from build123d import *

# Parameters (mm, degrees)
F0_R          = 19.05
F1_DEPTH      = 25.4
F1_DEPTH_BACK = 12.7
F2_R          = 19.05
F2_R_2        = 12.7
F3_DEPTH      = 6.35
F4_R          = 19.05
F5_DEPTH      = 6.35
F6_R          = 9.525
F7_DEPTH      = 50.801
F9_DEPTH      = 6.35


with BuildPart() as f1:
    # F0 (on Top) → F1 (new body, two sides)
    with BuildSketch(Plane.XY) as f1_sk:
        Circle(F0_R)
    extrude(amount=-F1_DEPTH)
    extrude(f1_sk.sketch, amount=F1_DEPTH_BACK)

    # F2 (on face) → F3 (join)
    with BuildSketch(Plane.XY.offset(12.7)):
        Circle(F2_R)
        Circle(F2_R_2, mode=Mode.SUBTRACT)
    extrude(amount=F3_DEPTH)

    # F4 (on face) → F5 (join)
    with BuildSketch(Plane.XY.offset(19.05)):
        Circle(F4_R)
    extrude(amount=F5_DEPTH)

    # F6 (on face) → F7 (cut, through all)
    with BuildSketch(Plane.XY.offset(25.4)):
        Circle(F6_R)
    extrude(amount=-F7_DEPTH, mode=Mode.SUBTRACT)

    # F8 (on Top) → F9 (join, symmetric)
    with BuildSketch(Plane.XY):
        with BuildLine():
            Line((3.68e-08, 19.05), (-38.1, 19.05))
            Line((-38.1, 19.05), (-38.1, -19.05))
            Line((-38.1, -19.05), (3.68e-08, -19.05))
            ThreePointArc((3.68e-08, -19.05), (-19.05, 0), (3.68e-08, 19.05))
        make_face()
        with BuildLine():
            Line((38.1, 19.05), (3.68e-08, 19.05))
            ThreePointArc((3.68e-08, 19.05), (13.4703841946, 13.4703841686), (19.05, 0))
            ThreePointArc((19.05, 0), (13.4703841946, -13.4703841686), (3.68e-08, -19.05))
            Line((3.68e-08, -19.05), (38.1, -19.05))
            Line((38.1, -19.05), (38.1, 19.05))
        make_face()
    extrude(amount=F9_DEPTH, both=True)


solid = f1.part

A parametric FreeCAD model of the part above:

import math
import FreeCAD as App
import Part
import Sketcher

V = App.Vector
Q = App.Units.Quantity

doc = App.newDocument("Part")
body = doc.addObject("PartDesign::Body", "Body")

# Sketch on XY plane
sketch1 = doc.addObject("Sketcher::SketchObject", "Sketch")
body.addObject(sketch1)
sketch1.AttachmentSupport = (doc.XY_Plane, [""])
sketch1.MapMode = "FlatFace"
sketch1.addGeometry(Part.Circle(V(0, 0, 0), V(0, 0, 1), 19), False)
sketch1.addConstraint([
    Sketcher.Constraint("Coincident", 0, 3, -1, 1),
    Sketcher.Constraint("Diameter", 0, Q("1.5 in")),
])
pad1 = doc.addObject("PartDesign::Pad", "Pad")
body.addObject(pad1)
pad1.Profile = sketch1
pad1.Type = "TwoLengths"
pad1.Length = Q("1 in")
pad1.Length2 = Q("0.5 in")
pad1.Reversed = True

# Sketch on XY plane
sketch2 = doc.addObject("Sketcher::SketchObject", "Sketch001")
body.addObject(sketch2)
sketch2.AttachmentSupport = (doc.XY_Plane, [""])
sketch2.MapMode = "FlatFace"
sketch2.AttachmentOffset = App.Placement(V(0, 0, 0.5 * 25.4), App.Rotation())
sketch2.addGeometry([
    Part.Circle(V(0, 0, 0), V(0, 0, 1), 19),
    Part.Circle(V(0, 0, 0), V(0, 0, 1), 13),
], False)
sketch2.addConstraint([
    Sketcher.Constraint("Coincident", 0, 3, -1, 1),
    Sketcher.Constraint("Coincident", 1, 3, -1, 1),
    Sketcher.Constraint("Diameter", 1, Q("1 in")),
    Sketcher.Constraint("Diameter", 0, Q("1.5 in")),
])
pad2 = doc.addObject("PartDesign::Pad", "Pad001")
body.addObject(pad2)
pad2.Profile = sketch2
pad2.Length = Q("0.25 in")

# Sketch on XY plane
sketch3 = doc.addObject("Sketcher::SketchObject", "Sketch002")
body.addObject(sketch3)
sketch3.AttachmentSupport = (doc.XY_Plane, [""])
sketch3.MapMode = "FlatFace"
sketch3.AttachmentOffset = App.Placement(V(0, 0, 0.75 * 25.4), App.Rotation())
sketch3.addGeometry(Part.Circle(V(0, 0, 0), V(0, 0, 1), 19), False)
sketch3.addConstraint([
    Sketcher.Constraint("Coincident", 0, 3, -1, 1),
    Sketcher.Constraint("Diameter", 0, Q("1.5 in")),
])
pad3 = doc.addObject("PartDesign::Pad", "Pad002")
body.addObject(pad3)
pad3.Profile = sketch3
pad3.Length = Q("0.25 in")

# Sketch on XY plane
sketch4 = doc.addObject("Sketcher::SketchObject", "Sketch003")
body.addObject(sketch4)
sketch4.AttachmentSupport = (doc.XY_Plane, [""])
sketch4.MapMode = "FlatFace"
sketch4.AttachmentOffset = App.Placement(V(0, 0, 1 * 25.4), App.Rotation())
sketch4.addGeometry(Part.Circle(V(0, 0, 0), V(0, 0, 1), 10), False)
sketch4.addConstraint([
    Sketcher.Constraint("Coincident", 0, 3, -1, 1),
    Sketcher.Constraint("Diameter", 0, Q("0.75 in")),
])
pocket1 = doc.addObject("PartDesign::Pocket", "Pocket")
body.addObject(pocket1)
pocket1.Profile = sketch4
pocket1.Type = "ThroughAll"

# Sketch on XY plane
sketch5 = doc.addObject("Sketcher::SketchObject", "Sketch004")
body.addObject(sketch5)
sketch5.AttachmentSupport = (doc.XY_Plane, [""])
sketch5.MapMode = "FlatFace"
sketch5.addGeometry([
    Part.LineSegment(V(0, 19, 0), V(-38, 19, 0)),  # 0
    Part.LineSegment(V(-38, 19, 0), V(-38, -19, 0)),  # 1
    Part.LineSegment(V(-38, -19, 0), V(0, -19, 0)),  # 2
    Part.ArcOfCircle(Part.Circle(V(0, 0, 0), V(0, 0, 1), 19), math.radians(90), math.radians(270)),  # 3
    Part.LineSegment(V(38, 19, 0), V(0, 19, 0)),  # 4
    Part.ArcOfCircle(Part.Circle(V(0, 0, 0), V(0, 0, 1), 19), math.radians(0), math.radians(90)),  # 5
    Part.ArcOfCircle(Part.Circle(V(0, 0, 0), V(0, 0, 1), 19), math.radians(-90), math.radians(0)),  # 6
    Part.LineSegment(V(0, -19, 0), V(38, -19, 0)),  # 7
    Part.LineSegment(V(38, -19, 0), V(38, 19, 0)),  # 8
], False)
sketch5.addConstraint([
    Sketcher.Constraint("Coincident", 0, 2, 1, 1),
    Sketcher.Constraint("Coincident", 1, 2, 2, 1),
    Sketcher.Constraint("Tangent", 2, 2, 3, 2),
    Sketcher.Constraint("Tangent", 3, 1, 0, 1),
    Sketcher.Constraint("Tangent", 4, 2, 5, 2),
    Sketcher.Constraint("Tangent", 5, 1, 6, 2),
    Sketcher.Constraint("Tangent", 6, 1, 7, 1),
    Sketcher.Constraint("Coincident", 7, 2, 8, 1),
    Sketcher.Constraint("Coincident", 8, 2, 4, 1),
    Sketcher.Constraint("Horizontal", 0),
    Sketcher.Constraint("Vertical", 1),
    Sketcher.Constraint("Horizontal", 2),
    Sketcher.Constraint("Horizontal", 4),
    Sketcher.Constraint("Horizontal", 7),
    Sketcher.Constraint("Vertical", 8),
    Sketcher.Constraint("Coincident", 3, 3, -1, 1),
    Sketcher.Constraint("Coincident", 5, 3, -1, 1),
    Sketcher.Constraint("Coincident", 6, 1, 2, 2),
    Sketcher.Constraint("PointOnObject", 5, 1, -1),
    Sketcher.Constraint("Equal", 2, 4),
    Sketcher.Constraint("Equal", 7, 1),
    Sketcher.Constraint("Radius", 3, Q("0.75 in")),
])
pad4 = doc.addObject("PartDesign::Pad", "Pad003")
body.addObject(pad4)
pad4.Profile = sketch5
pad4.Length = Q("0.5 in")
pad4.Midplane = True

doc.recompute()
---------------
**Problem requirements:**
The range runs from the line above containing "extrude(f1_sk.sketch, amount=F1_DEPTH_BACK)" to the line containing "# F4 (on face) → F5 (join)", inclusive. Restate those lines word for word and no others.

**Output of the exercise:**
    extrude(f1_sk.sketch, amount=F1_DEPTH_BACK)

    # F2 (on face) → F3 (join)
    with BuildSketch(Plane.XY.offset(12.7)):
        Circle(F2_R)
        Circle(F2_R_2, mode=Mode.SUBTRACT)
    extrude(amount=F3_DEPTH)

    # F4 (on face) → F5 (join)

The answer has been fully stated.